EXERCISE OBJECTIVE. In the entries that follow, how many lines include "amount"? Give the number and nothing else.

· · · · · · ·

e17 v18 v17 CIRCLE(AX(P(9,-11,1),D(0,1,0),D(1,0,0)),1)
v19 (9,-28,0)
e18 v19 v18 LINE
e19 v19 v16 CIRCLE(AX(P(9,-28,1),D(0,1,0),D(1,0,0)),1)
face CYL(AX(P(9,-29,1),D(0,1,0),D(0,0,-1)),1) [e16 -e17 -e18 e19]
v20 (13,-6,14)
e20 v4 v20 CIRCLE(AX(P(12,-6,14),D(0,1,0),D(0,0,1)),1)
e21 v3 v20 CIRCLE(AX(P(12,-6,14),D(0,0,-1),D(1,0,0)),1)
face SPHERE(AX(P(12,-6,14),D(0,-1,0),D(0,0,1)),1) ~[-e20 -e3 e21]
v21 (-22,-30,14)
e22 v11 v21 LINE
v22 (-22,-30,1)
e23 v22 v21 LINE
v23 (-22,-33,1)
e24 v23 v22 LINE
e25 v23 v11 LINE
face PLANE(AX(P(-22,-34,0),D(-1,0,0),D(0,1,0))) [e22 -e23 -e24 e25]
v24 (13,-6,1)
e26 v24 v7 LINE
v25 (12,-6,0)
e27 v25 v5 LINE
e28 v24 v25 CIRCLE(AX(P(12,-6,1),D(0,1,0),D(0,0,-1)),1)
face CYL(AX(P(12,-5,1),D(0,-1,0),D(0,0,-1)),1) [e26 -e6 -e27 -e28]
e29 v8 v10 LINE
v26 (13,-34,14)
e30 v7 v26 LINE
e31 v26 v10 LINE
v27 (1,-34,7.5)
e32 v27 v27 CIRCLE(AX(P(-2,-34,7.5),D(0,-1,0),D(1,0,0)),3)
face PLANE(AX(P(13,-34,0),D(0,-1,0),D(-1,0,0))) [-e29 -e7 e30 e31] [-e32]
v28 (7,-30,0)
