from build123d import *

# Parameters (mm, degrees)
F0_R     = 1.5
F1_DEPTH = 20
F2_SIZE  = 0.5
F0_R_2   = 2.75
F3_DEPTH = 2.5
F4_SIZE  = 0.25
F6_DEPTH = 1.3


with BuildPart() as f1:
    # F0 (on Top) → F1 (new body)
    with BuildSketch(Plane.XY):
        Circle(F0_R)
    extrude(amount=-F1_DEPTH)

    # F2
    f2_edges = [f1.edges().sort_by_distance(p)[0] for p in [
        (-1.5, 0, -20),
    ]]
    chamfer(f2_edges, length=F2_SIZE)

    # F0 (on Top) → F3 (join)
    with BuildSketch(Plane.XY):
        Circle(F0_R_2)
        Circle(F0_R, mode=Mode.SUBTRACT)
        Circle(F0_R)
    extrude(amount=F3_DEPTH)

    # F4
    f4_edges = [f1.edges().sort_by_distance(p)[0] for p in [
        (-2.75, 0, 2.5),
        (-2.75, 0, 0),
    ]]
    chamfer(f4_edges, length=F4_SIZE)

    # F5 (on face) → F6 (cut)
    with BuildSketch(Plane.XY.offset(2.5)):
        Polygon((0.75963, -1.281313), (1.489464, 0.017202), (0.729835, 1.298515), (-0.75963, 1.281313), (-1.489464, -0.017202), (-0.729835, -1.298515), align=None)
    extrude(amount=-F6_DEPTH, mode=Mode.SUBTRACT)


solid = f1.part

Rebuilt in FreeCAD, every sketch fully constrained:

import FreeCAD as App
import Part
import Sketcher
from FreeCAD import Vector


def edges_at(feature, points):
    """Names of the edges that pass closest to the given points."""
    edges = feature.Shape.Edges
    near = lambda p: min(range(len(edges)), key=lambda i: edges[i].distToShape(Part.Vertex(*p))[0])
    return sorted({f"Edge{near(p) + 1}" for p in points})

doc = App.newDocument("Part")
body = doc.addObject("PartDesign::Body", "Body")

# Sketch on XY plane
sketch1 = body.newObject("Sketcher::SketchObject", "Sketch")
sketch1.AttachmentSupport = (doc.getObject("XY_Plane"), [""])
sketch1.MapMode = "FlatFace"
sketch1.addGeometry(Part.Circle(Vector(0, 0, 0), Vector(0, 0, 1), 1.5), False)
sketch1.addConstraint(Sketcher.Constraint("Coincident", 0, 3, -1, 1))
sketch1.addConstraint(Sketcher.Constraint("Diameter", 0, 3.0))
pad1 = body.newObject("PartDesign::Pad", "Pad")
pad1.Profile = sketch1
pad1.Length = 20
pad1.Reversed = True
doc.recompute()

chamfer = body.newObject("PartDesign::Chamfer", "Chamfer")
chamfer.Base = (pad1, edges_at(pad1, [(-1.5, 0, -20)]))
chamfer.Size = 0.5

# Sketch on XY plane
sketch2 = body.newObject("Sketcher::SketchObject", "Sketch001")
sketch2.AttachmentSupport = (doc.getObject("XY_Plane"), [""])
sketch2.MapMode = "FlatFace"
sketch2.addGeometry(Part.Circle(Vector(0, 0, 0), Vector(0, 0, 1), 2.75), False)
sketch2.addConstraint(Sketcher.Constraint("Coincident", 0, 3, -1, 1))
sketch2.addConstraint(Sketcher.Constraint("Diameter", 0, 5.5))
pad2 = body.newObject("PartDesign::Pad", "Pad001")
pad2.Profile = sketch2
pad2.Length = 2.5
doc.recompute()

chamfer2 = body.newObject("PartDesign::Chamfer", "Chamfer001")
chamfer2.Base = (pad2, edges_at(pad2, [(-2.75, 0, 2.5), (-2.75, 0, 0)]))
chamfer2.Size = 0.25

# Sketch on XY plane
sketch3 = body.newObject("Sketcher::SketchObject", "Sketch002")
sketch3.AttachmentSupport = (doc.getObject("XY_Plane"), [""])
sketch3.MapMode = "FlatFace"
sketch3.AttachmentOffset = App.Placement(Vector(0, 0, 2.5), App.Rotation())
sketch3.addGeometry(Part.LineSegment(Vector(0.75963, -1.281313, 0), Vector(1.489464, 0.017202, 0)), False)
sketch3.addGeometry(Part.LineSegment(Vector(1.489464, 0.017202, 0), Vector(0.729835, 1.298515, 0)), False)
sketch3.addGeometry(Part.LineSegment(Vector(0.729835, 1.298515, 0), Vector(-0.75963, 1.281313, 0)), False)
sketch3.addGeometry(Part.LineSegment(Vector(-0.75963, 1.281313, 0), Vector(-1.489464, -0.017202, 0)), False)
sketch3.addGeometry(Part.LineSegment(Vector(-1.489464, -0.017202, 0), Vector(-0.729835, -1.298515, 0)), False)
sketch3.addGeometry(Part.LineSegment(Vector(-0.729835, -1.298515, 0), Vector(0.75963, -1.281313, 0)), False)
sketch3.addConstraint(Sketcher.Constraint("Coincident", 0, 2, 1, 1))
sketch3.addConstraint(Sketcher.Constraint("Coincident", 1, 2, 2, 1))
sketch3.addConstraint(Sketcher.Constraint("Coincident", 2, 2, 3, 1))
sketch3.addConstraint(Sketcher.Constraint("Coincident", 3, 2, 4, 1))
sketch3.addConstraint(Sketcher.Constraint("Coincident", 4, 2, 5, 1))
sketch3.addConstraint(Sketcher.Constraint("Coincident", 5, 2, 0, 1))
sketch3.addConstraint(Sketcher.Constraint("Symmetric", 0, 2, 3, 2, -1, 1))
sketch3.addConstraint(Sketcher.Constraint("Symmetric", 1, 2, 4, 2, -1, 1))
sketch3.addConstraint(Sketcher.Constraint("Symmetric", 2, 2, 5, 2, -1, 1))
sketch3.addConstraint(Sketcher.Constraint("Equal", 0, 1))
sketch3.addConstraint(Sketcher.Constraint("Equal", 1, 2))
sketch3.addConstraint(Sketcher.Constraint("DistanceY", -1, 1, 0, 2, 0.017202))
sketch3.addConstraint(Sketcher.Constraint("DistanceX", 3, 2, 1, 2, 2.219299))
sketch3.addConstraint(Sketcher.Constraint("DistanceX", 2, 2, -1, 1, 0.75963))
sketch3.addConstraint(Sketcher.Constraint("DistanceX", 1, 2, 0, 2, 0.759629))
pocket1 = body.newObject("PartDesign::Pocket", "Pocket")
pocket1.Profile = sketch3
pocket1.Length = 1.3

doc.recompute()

· · · · · · ·

WRITTEN RESPONSE. 3